Lines from the beginning of the entries up to and including the one with "e14 v15 v14 LINE" must be duplicated word for word; leave out all others.

*** SOURCE DATA ***

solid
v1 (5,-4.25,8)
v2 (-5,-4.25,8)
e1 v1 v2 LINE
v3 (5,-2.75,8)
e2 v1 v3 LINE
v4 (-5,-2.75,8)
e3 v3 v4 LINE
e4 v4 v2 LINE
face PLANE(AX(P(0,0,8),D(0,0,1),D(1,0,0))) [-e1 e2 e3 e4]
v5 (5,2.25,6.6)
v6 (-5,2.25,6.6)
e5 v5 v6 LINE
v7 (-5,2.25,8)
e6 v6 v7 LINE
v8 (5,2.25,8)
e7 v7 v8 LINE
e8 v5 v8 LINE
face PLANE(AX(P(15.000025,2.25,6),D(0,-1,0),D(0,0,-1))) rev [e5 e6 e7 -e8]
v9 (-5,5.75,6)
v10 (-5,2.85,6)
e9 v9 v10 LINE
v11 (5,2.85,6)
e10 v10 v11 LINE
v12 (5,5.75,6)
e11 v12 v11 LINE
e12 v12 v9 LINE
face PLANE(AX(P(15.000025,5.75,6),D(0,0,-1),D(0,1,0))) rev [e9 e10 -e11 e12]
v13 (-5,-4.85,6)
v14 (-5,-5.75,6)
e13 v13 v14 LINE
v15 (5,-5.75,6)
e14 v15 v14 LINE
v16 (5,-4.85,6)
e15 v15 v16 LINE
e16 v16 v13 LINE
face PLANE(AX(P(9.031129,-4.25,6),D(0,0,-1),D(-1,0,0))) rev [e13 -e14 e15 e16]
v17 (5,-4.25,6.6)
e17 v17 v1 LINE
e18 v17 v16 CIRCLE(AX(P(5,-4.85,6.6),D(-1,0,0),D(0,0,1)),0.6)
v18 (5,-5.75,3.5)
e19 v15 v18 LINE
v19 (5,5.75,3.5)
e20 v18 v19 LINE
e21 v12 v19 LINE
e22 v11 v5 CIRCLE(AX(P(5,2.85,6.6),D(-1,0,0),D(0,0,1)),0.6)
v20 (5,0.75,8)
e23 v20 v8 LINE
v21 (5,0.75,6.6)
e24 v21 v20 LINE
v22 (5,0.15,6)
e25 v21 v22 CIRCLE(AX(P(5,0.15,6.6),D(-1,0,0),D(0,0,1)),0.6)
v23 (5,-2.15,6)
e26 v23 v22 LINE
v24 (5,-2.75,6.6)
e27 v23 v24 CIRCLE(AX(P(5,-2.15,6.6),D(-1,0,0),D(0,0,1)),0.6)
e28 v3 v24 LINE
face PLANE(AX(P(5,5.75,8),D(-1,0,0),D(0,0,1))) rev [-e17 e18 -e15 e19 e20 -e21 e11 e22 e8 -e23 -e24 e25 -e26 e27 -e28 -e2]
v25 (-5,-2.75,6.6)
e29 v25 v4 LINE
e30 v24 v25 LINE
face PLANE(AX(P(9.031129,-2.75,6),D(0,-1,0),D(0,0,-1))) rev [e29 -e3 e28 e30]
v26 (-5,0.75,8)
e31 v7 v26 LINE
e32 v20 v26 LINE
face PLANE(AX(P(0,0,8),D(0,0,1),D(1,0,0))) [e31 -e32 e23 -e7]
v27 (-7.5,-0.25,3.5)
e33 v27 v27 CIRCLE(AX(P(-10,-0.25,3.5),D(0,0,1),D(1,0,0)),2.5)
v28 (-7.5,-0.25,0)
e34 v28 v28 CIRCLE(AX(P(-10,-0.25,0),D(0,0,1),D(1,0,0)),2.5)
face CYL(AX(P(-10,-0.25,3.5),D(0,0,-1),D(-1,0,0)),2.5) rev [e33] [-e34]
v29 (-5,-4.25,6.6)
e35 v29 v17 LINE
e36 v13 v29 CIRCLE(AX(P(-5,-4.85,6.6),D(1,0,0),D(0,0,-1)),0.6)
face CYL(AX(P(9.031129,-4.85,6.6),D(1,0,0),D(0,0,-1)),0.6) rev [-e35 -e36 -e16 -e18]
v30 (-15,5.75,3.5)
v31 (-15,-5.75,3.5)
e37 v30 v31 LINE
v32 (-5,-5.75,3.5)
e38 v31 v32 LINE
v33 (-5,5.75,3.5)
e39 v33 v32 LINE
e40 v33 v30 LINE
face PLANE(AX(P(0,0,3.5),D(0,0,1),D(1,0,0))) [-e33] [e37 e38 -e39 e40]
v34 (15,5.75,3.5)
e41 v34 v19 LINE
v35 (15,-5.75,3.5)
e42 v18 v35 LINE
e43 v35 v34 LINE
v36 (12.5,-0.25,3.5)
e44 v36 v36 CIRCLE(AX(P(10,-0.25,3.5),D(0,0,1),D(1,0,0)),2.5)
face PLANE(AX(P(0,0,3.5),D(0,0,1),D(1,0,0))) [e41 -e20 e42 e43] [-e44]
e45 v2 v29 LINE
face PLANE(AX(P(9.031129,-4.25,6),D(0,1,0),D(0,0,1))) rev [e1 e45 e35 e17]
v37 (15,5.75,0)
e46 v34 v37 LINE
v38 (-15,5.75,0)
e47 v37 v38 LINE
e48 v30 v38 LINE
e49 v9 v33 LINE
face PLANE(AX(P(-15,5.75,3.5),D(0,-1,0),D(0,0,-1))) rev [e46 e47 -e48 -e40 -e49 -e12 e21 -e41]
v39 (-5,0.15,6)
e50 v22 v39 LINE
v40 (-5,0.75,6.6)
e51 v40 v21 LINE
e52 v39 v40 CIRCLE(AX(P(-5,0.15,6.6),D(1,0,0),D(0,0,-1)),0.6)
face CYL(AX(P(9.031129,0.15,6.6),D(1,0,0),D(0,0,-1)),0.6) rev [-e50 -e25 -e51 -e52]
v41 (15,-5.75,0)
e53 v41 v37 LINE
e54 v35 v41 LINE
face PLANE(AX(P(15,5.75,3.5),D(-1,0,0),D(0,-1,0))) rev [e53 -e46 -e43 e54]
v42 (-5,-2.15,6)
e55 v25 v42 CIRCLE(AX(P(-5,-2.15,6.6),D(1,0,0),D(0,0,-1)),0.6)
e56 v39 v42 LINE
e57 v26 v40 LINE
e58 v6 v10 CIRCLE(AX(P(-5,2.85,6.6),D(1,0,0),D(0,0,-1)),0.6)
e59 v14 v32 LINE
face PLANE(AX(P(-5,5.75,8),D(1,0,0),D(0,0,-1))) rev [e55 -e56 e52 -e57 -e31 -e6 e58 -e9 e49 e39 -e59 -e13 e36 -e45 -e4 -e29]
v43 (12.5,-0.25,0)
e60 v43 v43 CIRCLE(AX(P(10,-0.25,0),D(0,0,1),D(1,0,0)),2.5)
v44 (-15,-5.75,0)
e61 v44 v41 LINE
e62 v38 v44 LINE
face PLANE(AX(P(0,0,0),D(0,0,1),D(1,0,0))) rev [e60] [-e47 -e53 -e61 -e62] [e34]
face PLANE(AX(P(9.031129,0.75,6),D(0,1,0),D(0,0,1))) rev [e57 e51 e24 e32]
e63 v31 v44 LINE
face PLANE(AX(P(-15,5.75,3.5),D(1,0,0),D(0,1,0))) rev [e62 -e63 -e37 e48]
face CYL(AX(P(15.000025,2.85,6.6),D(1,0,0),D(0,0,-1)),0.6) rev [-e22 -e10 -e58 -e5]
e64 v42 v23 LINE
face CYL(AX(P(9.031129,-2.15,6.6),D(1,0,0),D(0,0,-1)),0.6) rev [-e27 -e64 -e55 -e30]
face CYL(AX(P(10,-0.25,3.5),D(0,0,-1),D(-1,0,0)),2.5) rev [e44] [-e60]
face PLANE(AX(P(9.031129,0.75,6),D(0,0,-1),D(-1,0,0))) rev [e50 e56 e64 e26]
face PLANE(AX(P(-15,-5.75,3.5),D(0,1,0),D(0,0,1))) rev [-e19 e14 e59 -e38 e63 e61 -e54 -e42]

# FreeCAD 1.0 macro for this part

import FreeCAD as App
import Part
import Sketcher


def edges_at(feature, points):
    """Names of the edges that pass closest to the given points."""
    edges = feature.Shape.Edges
    near = lambda p: min(range(len(edges)), key=lambda i: edges[i].distToShape(Part.Vertex(*p))[0])
    return sorted({f"Edge{near(p) + 1}" for p in points})


def add_polygon(sketch, points):
    """Adds a closed chain of lines whose ends are joined by coincident constraints."""
    first, n = sketch.GeometryCount, len(points)
    for a, b in zip(points, points[1:] + points[:1]):
        sketch.addGeometry(Part.LineSegment(App.Vector(*a, 0), App.Vector(*b, 0)), False)
    for i in range(n):
        sketch.addConstraint(Sketcher.Constraint("Coincident", first + i, 2, first + (i + 1) % n, 1))

doc = App.newDocument("Part")
body = doc.addObject("PartDesign::Body", "Body")

sketch1 = body.newObject("Sketcher::SketchObject", "Sketch")
sketch1.AttachmentSupport = (doc.getObject("XY_Plane"), [""])
sketch1.MapMode = "FlatFace"
add_polygon(sketch1, [(-15, 5.8), (-15, -5.8), (15, -5.8), (15, 5.8)])
sketch1.addGeometry(Part.Circle(App.Vector(-10, -0.2, 0), App.Vector(0, 0, 1), 2.5), False)
sketch1.addGeometry(Part.Circle(App.Vector(10, -0.2, 0), App.Vector(0, 0, 1), 2.5), False)
sketch1.addConstraint(Sketcher.Constraint("Vertical", 0))
sketch1.addConstraint(Sketcher.Constraint("Horizontal", 1))
sketch1.addConstraint(Sketcher.Constraint("Vertical", 2))
sketch1.addConstraint(Sketcher.Constraint("Horizontal", 3))
sketch1.addConstraint(Sketcher.Constraint("Equal", 4, 5))
sketch1.addConstraint(Sketcher.Constraint("Symmetric", 0, 2, 2, 2, -1, 1))
sketch1.addConstraint(Sketcher.Constraint("Symmetric", 4, 3, 5, 3, -2))
sketch1.addConstraint(Sketcher.Constraint("Diameter", 4, 5.0))
sketch1.addConstraint(Sketcher.Constraint("DistanceX", 1, 1, 1, 2, 30.0))
sketch1.addConstraint(Sketcher.Constraint("DistanceY", 0, 2, 0, 1, 11.5))
sketch1.addConstraint(Sketcher.Constraint("DistanceX", 4, 3, -1, 1, 10.0))
sketch1.addConstraint(Sketcher.Constraint("DistanceY", 5, 3, 2, 2, 6.0))
pad1 = body.newObject("PartDesign::Pad", "Pad")
pad1.Profile = sketch1
pad1.Length = 3.5

sketch2 = body.newObject("Sketcher::SketchObject", "Sketch001")
sketch2.AttachmentSupport = (doc.getObject("XY_Plane"), [""])
sketch2.MapMode = "FlatFace"
sketch2.AttachmentOffset = App.Placement(App.Vector(0, 0, 3.5), App.Rotation())
add_polygon(sketch2, [(-5, 6), (-5, -6), (5, -6), (5, 6)])
sketch2.addConstraint(Sketcher.Constraint("Vertical", 0))
sketch2.addConstraint(Sketcher.Constraint("Horizontal", 1))
sketch2.addConstraint(Sketcher.Constraint("Vertical", 2))
sketch2.addConstraint(Sketcher.Constraint("Horizontal", 3))
sketch2.addConstraint(Sketcher.Constraint("Symmetric", 0, 2, 2, 2, -1, 1))
sketch2.addConstraint(Sketcher.Constraint("DistanceX", 1, 1, 1, 2, 10.0))
sketch2.addConstraint(Sketcher.Constraint("DistanceY", 0, 2, 0, 1, 11.5))
pad2 = body.newObject("PartDesign::Pad", "Pad001")
pad2.Profile = sketch2
pad2.Length = 4.5

sketch3 = body.newObject("Sketcher::SketchObject", "Sketch002")
sketch3.AttachmentSupport = (doc.getObject("YZ_Plane"), [""])
sketch3.MapMode = "FlatFace"
sketch3.AttachmentOffset = App.Placement(App.Vector(0, 0, -5), App.Rotation())
add_polygon(sketch3, [(5.8, 6), (2.2, 6), (2.2, 8), (5.8, 8)])
sketch3.addConstraint(Sketcher.Constraint("Horizontal", 0))
sketch3.addConstraint(Sketcher.Constraint("Vertical", 1))
sketch3.addConstraint(Sketcher.Constraint("Horizontal", 2))
sketch3.addConstraint(Sketcher.Constraint("Vertical", 3))
sketch3.addConstraint(Sketcher.Constraint("DistanceY", 1, 1, 1, 2, 2.0))
sketch3.addConstraint(Sketcher.Constraint("DistanceX", 0, 2, 0, 1, 3.5))
sketch3.addConstraint(Sketcher.Constraint("DistanceY", -1, 1, 0, 2, 6.0))
sketch3.addConstraint(Sketcher.Constraint("DistanceX", -1, 1, 0, 2, 2.25))
pocket1 = body.newObject("PartDesign::Pocket", "Pocket")
pocket1.Profile = sketch3
pocket1.Type = "ThroughAll"
pocket1.Reversed = True

sketch4 = body.newObject("Sketcher::SketchObject", "Sketch003")
sketch4.AttachmentSupport = (doc.getObject("YZ_Plane"), [""])
sketch4.MapMode = "FlatFace"
sketch4.AttachmentOffset = App.Placement(App.Vector(0, 0, -5), App.Rotation())
add_polygon(sketch4, [(0.8, 6), (-2.8, 6), (-2.8, 8), (0.8, 8)])
add_polygon(sketch4, [(-4.2, 6), (-7.8, 6), (-7.8, 8), (-4.2, 8)])
sketch4.addConstraint(Sketcher.Constraint("Horizontal", 0))
sketch4.addConstraint(Sketcher.Constraint("Vertical", 1))
sketch4.addConstraint(Sketcher.Constraint("Horizontal", 2))
sketch4.addConstraint(Sketcher.Constraint("Vertical", 3))
sketch4.addConstraint(Sketcher.Constraint("Horizontal", 4))
sketch4.addConstraint(Sketcher.Constraint("Vertical", 5))
sketch4.addConstraint(Sketcher.Constraint("Horizontal", 6))
sketch4.addConstraint(Sketcher.Constraint("Vertical", 7))
sketch4.addConstraint(Sketcher.Constraint("Horizontal", 3, 2, 4, 2))
sketch4.addConstraint(Sketcher.Constraint("Horizontal", 2, 2, 5, 2))
sketch4.addConstraint(Sketcher.Constraint("Equal", 2, 4))
sketch4.addConstraint(Sketcher.Constraint("DistanceY", 1, 1, 1, 2, 2.0))
sketch4.addConstraint(Sketcher.Constraint("DistanceX", 0, 2, 0, 1, 3.5))
sketch4.addConstraint(Sketcher.Constraint("DistanceY", -1, 1, 0, 2, 6.0))
sketch4.addConstraint(Sketcher.Constraint("DistanceX", 4, 2, 0, 2, 5.0))
sketch4.addConstraint(Sketcher.Constraint("DistanceX", 0, 2, -1, 1, 2.75))
pocket2 = body.newObject("PartDesign::Pocket", "Pocket001")
pocket2.Profile = sketch4
pocket2.Length = 10
pocket2.Reversed = True
doc.recompute()

fillet = body.newObject("PartDesign::Fillet", "Fillet")
fillet.Base = (pocket2, edges_at(pocket2, [
    (0, 2.25, 6),
    (0, -2.75, 6),
    (0, 0.75, 6),
    (0, -4.25, 6),
]))
fillet.Radius = 0.6

doc.recompute()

*** End of SOURCE DATA ***

■ **TASK RESULT**
solid
v1 (5,-4.25,8)
v2 (-5,-4.25,8)
e1 v1 v2 LINE
v3 (5,-2.75,8)
e2 v1 v3 LINE
v4 (-5,-2.75,8)
e3 v3 v4 LINE
e4 v4 v2 LINE
face PLANE(AX(P(0,0,8),D(0,0,1),D(1,0,0))) [-e1 e2 e3 e4]
v5 (5,2.25,6.6)
v6 (-5,2.25,6.6)
e5 v5 v6 LINE
v7 (-5,2.25,8)
e6 v6 v7 LINE
v8 (5,2.25,8)
e7 v7 v8 LINE
e8 v5 v8 LINE
face PLANE(AX(P(15.000025,2.25,6),D(0,-1,0),D(0,0,-1))) rev [e5 e6 e7 -e8]
v9 (-5,5.75,6)
v10 (-5,2.85,6)
e9 v9 v10 LINE
v11 (5,2.85,6)
e10 v10 v11 LINE
v12 (5,5.75,6)
e11 v12 v11 LINE
e12 v12 v9 LINE
face PLANE(AX(P(15.000025,5.75,6),D(0,0,-1),D(0,1,0))) rev [e9 e10 -e11 e12]
v13 (-5,-4.85,6)
v14 (-5,-5.75,6)
e13 v13 v14 LINE
v15 (5,-5.75,6)
e14 v15 v14 LINE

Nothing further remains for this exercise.